Nun wird der Schlitten 23 von der Einrichtung zum Greifen, Fördern und Ablegen freigegeben, so dass er sich unter der Wirkung der Rückholfeder in Richtung des Pfeiles A verschiebt. Da sich bei dieser Verschiebung drehende Walzensegment 20 gelangt dadurch aus seiner ausserhalb des Stapels 28 befindlichen Ausgangsstellung in einen Anstechbereich, in. dem die in der Rotationsrichtung geneigten Nadelspitzen 20' die oberste Lage des Stapels 28 anstechen und bei der weiteren Verschiebung des Schlittens und der damit verbundenen Drehung des Walzensegmentes 20 in der in Fig. 2 dargestellten Weise diese oberste Lage anheben.
Da die Umfassungsgeschwindigkeit der Nadelspitzen etwas grösser ist als die Geschwindigkeit des Zahnrades 21 in waagerechter Richtung, ist ein sicheres Erfassen der obersten Lage gewährleistet. Während der Verschiebung des Schlittens 23 ist das Magnetventil geöffnet. Der aus den Austrittsöffnungen 24' austretende Luftstrom trennt eine gegebenenfalls an der obersten Lage haftende zweite Lage von dieser und drückt sie auf den Stapel zurück.

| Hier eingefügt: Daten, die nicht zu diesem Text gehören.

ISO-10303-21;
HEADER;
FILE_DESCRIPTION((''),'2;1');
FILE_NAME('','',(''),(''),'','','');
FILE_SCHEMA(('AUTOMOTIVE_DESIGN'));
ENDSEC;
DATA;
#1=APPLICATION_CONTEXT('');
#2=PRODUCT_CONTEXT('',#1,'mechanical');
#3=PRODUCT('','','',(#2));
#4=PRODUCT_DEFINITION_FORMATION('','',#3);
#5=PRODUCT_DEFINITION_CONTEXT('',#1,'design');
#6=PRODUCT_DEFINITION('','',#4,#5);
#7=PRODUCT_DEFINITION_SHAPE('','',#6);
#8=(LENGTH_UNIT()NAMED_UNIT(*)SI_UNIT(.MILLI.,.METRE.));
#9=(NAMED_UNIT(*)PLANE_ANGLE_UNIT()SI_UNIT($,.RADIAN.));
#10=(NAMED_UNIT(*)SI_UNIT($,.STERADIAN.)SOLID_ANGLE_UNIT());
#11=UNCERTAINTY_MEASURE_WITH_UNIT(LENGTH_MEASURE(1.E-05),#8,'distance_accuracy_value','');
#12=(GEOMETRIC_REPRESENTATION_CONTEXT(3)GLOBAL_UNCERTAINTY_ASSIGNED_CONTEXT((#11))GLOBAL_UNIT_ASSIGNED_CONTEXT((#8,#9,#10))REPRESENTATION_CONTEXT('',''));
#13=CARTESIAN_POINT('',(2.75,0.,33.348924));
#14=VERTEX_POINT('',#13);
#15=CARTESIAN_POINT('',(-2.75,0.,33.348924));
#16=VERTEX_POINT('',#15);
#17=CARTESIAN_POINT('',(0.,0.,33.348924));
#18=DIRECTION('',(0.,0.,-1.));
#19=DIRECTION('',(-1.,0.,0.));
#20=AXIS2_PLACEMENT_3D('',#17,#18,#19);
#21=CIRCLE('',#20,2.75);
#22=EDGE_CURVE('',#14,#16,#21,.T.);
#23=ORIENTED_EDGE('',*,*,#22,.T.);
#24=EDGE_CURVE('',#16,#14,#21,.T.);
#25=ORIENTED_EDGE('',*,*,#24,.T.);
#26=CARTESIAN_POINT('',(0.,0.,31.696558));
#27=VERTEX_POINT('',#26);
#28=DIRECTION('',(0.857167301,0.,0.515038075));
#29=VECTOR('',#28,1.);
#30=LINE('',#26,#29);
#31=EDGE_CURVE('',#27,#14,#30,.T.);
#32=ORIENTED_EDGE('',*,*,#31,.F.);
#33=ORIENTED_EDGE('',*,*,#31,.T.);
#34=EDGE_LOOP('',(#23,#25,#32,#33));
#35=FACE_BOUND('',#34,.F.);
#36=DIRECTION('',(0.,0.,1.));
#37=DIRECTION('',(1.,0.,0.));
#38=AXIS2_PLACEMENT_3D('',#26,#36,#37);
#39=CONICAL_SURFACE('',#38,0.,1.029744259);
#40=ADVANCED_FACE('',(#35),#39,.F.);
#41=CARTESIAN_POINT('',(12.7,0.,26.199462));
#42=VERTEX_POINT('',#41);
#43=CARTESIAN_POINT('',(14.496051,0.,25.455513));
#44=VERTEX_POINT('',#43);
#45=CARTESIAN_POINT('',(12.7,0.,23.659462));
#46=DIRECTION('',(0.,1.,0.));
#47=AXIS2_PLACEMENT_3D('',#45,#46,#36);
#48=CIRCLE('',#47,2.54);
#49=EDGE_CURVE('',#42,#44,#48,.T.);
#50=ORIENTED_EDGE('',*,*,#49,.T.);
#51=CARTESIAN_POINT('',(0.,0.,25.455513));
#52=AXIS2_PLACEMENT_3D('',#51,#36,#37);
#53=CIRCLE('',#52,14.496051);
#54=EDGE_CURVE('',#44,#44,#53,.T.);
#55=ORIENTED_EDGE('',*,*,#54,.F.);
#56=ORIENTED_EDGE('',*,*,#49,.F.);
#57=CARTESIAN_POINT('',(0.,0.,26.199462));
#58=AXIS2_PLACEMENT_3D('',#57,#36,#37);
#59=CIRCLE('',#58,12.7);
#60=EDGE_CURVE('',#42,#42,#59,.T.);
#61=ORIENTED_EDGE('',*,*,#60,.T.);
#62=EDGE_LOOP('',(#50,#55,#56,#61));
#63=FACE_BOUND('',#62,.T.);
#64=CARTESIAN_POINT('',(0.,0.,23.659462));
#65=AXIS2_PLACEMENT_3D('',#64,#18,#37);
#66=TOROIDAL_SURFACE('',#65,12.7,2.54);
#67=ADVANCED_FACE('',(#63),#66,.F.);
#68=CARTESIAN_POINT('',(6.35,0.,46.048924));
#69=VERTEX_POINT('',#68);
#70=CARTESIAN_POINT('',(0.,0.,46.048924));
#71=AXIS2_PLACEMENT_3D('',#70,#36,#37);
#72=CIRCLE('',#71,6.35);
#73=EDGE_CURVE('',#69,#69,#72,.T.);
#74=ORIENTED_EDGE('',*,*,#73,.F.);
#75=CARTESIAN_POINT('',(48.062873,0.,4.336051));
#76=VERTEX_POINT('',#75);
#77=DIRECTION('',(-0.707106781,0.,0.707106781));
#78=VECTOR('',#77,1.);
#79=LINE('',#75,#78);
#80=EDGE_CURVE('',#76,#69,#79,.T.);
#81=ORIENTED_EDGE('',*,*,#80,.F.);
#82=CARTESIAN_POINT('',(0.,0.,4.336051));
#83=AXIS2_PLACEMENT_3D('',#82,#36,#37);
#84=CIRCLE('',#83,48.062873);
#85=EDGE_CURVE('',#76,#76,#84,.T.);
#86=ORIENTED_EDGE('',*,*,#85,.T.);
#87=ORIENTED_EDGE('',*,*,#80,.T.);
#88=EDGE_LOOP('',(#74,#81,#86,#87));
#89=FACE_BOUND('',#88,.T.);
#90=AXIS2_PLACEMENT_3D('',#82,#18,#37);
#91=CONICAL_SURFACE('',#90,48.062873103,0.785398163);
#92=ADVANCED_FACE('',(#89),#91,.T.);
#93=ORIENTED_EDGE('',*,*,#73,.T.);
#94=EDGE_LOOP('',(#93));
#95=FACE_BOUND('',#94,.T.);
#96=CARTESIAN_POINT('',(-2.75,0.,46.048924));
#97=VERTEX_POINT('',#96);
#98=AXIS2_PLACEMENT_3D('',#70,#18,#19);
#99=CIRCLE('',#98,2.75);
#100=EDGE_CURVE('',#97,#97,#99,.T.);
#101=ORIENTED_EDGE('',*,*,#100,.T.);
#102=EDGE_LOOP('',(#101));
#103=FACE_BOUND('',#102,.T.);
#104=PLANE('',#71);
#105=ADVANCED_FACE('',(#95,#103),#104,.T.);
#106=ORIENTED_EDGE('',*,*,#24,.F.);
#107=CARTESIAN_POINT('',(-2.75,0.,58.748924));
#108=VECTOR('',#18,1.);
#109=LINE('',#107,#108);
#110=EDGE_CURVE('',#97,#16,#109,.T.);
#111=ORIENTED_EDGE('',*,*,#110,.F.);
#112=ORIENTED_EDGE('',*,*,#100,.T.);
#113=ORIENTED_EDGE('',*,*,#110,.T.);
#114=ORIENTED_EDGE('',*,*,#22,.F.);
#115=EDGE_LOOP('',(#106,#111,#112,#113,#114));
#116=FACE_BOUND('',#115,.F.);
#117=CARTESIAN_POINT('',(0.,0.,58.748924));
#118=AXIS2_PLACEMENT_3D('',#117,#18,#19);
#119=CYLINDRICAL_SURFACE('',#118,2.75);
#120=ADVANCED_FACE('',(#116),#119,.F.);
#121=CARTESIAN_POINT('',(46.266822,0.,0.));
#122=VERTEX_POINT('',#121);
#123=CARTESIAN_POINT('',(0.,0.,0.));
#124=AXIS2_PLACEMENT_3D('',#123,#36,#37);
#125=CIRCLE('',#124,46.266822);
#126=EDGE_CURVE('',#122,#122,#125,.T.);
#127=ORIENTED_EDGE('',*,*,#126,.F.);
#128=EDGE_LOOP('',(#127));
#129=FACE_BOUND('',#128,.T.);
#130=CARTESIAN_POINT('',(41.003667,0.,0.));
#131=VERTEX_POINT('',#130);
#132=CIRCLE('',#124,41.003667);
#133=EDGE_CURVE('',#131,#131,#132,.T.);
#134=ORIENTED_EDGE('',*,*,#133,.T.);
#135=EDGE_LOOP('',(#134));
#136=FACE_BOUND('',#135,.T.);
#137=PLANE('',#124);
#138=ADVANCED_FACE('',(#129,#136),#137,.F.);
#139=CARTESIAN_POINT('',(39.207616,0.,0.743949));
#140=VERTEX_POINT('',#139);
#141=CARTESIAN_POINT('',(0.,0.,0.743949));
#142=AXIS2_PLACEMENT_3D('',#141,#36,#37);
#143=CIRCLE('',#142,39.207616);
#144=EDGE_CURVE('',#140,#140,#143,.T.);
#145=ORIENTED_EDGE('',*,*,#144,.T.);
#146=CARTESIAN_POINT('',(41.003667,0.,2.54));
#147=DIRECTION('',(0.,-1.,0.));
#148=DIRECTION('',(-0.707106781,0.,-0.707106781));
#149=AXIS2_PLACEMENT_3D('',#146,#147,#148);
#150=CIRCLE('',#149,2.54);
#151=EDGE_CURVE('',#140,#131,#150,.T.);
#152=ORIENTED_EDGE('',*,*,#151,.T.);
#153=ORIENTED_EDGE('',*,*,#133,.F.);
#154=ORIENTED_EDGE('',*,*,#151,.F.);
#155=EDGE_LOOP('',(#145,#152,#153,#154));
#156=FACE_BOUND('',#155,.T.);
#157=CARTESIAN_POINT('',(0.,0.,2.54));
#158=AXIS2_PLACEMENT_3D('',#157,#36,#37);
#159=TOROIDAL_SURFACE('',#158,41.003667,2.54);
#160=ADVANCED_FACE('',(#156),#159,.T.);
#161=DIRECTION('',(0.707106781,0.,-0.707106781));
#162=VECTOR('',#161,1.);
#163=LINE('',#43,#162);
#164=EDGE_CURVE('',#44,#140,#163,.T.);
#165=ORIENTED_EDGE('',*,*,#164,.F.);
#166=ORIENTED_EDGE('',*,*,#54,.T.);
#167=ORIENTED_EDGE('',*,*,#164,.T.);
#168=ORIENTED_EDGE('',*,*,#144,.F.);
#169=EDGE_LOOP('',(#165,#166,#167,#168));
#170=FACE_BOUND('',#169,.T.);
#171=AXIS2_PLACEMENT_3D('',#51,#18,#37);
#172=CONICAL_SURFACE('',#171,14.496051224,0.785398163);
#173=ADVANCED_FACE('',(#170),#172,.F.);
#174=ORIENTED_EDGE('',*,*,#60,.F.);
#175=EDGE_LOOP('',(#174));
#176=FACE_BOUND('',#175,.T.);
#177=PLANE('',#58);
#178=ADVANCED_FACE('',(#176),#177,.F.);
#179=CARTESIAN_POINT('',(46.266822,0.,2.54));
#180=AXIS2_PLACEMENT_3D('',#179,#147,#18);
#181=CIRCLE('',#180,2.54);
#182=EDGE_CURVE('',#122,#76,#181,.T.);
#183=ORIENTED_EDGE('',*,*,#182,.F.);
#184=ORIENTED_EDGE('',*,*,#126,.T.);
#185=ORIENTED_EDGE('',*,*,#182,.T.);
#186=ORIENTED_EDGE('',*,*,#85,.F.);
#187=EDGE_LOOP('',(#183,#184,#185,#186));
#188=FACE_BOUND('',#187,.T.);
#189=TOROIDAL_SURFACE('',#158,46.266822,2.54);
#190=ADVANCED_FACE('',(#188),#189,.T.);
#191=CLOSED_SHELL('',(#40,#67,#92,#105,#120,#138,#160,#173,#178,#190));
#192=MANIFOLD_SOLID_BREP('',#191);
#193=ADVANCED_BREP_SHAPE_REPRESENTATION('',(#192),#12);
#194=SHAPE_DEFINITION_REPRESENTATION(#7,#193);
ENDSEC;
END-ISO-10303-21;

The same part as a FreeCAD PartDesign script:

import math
import FreeCAD as App
import Part
import Sketcher
from FreeCAD import Vector
Q = App.Units.Quantity

doc = App.newDocument("Part")
body = doc.addObject("PartDesign::Body", "Body")

# Sketch on XZ plane
sketch1 = body.newObject("Sketcher::SketchObject", "Sketch")
sketch1.AttachmentSupport = (doc.getObject("XZ_Plane"), [""])
sketch1.MapMode = "FlatFace"
sketch1.addGeometry([
    Part.LineSegment(Vector(0, 46, 0), Vector(0, 26.2, 0)),  # 0
    Part.LineSegment(Vector(0, 26.2, 0), Vector(12.7, 26.2, 0)),  # 1
    Part.ArcOfCircle(Part.Circle(Vector(12.7, 23.7, 0), Vector(0, 0, 1), 2.5), math.radians(45), math.radians(90)),  # 2
    Part.LineSegment(Vector(14.5, 25.5, 0), Vector(39.2, 0.7, 0)),  # 3
    Part.ArcOfCircle(Part.Circle(Vector(41, 2.5, 0), Vector(0, 0, 1), 2.5), math.radians(-135), math.radians(-90)),  # 4
    Part.LineSegment(Vector(41, 0, 0), Vector(46.3, 0, 0)),  # 5
    Part.ArcOfCircle(Part.Circle(Vector(46.3, 2.5, 0), Vector(0, 0, 1), 2.5), math.radians(-90), math.radians(45)),  # 6
    Part.LineSegment(Vector(48.1, 4.3, 0), Vector(6.3, 46, 0)),  # 7
    Part.LineSegment(Vector(6.3, 46, 0), Vector(0, 46, 0)),  # 8
], False)
sketch1.addConstraint([
    Sketcher.Constraint("Coincident", 0, 2, 1, 1),
    Sketcher.Constraint("Tangent", 1, 2, 2, 2),
    Sketcher.Constraint("Tangent", 2, 1, 3, 1),
    Sketcher.Constraint("Tangent", 3, 2, 4, 1),
    Sketcher.Constraint("Tangent", 4, 2, 5, 1),
    Sketcher.Constraint("Tangent", 5, 2, 6, 1),
    Sketcher.Constraint("Tangent", 6, 2, 7, 1),
    Sketcher.Constraint("Coincident", 7, 2, 8, 1),
    Sketcher.Constraint("Coincident", 8, 2, 0, 1),
    Sketcher.Constraint("Vertical", 0),
    Sketcher.Constraint("Horizontal", 1),
    Sketcher.Constraint("Horizontal", 5),
    Sketcher.Constraint("Horizontal", 8),
    Sketcher.Constraint("Equal", 2, 4),
    Sketcher.Constraint("Equal", 4, 6),
    Sketcher.Constraint("PointOnObject", 0, 2, -2),
    Sketcher.Constraint("PointOnObject", 4, 2, -1),
    Sketcher.Constraint("Parallel", 3, 7),
    Sketcher.Constraint("Radius", 2, Q("0.1 in")),
    Sketcher.Constraint("DistanceX", 1, 1, 1, 2, Q("0.5 in")),
    Sketcher.Constraint("Angle", 3, Q("-45 deg")),
    Sketcher.Constraint("DistanceX", 8, 2, 8, 1, Q("0.25 in")),
    Sketcher.Constraint("Distance", 3, 34.94743),
    Sketcher.Constraint("Distance", 7, 58.990911),
])
revolution = body.newObject("PartDesign::Revolution", "Revolution")
revolution.Profile = sketch1
revolution.ReferenceAxis = (sketch1, ["V_Axis"])
revolution.Angle = 360

# Sketch on XY plane
sketch2 = body.newObject("Sketcher::SketchObject", "Sketch001")
sketch2.AttachmentSupport = (doc.getObject("XY_Plane"), [""])
sketch2.MapMode = "FlatFace"
sketch2.AttachmentOffset = App.Placement(Vector(0, 0, 46.048924), App.Rotation())
sketch2.addGeometry(Part.Circle(Vector(0, 0, 0), Vector(0, 0, 1), 2.8), False)
sketch2.addConstraint([
    Sketcher.Constraint("Coincident", 0, 3, -1, 1),
    Sketcher.Constraint("Diameter", 0, 5.5),
])
doc.recompute()
hole = body.newObject("PartDesign::Hole", "Hole")
hole.Profile = sketch2
hole.ThreadType = "None"
hole.Diameter = 5.5
hole.DepthType = "Dimension"
hole.Depth = Q("0.5 in")
hole.DrillPoint = "Angled"
hole.DrillPointAngle = 118

doc.recompute()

Wird nun der Stromkreis des Magneten 14 unterbrochen, so fällt der Antriebsstössel 15 nach unten. Die Feder 17 kann nun den Hebel 16 nach unten schwenken, wodurch die Welle 3 im Gegenuhrzeigersinn gedreht wird. Wegen des Spieles zwischen den Kupplungsstücken 12 und den zugeordneten Kupplungshebeln 11 werden bei dieser Drehung der Welle 3 nur die Hebel 4 geschwenkt, die das Trenblech 6 in Richtung des Stapels 28 verschieben. Die Stössel 9 werden noch so lange durch die Verriegelungsstifte 18 in ihrer obersten Stellung gehalten, bis die Entriegelungsfinger 19 zusammen mit dem Trennblech 6 soweit verschoben sind, dass die Verriegelungen gelöst werden. Durch die Entriegelung der Stössel 9 fällt das Trennblech auf die zweite Lage des Stapels 28.
Wenn nun der Schlitten 23 von der Einrichtung zum Greifen, Fördern und Ablegen in seine Ausgangslage zurückgeschoben wird, dreht sich bei einer Blickrichtung gemäss Fig. 4 die Welle 22 im Uhrzeigersinn, so dass das Walzensegment 20 die oberste Lage wieder ablegt. Fig. 4 zeigt die Stellung, in der der Ablegevorgang gerade beendet ist. Die Entstellung des Schlittens 23 ist in Fig. 5 dargestellt. Während dieser Verschiebung des Schlittens kann das Magnetventil ebenfalls geöffnet sein.
In dieser Stellung des Trennbleches 6 und des Schlittens 23 wird die oberste Lage von der Einrichtung zum Greifen, Fördern und Ablegen erfasst und abgenommen.
Nun kann das nächste Arbeitsspiel, das mit dem Zurückziehen des Trennbleches 6 beginnt, erfolgen. Zum Einlegen eines neuen Stapels kann, da der Rahmen 1 schwenkbar am Maschinengestell angeordnet ist, die ganze Trennvorrichtung hochgeschwenkt werden.
Die Trennvorrichtung ist auch unter Weglassung der Einrichtung zum Greifen, Fördern und Ablegen als selbständige Vorrichtung in dem Sinne verwendbar, dass das entsprechend gross ausgebildete Trennblech die oberste Lage und die zweite Lage auf der ganzen Fläche trennt und als Träger für die abgehobene oberste Lage dient, und eine Förderbewegung ausführt und schliesslich die von ihm getragene Lage abgeben kann. In diesem Falle kann zum Festhalten der zweiten Lage auf dem Stapel ein unter dem als Träger dienenden Trennorgan arbeitendes zweites Trennorgan vorgesehen sein.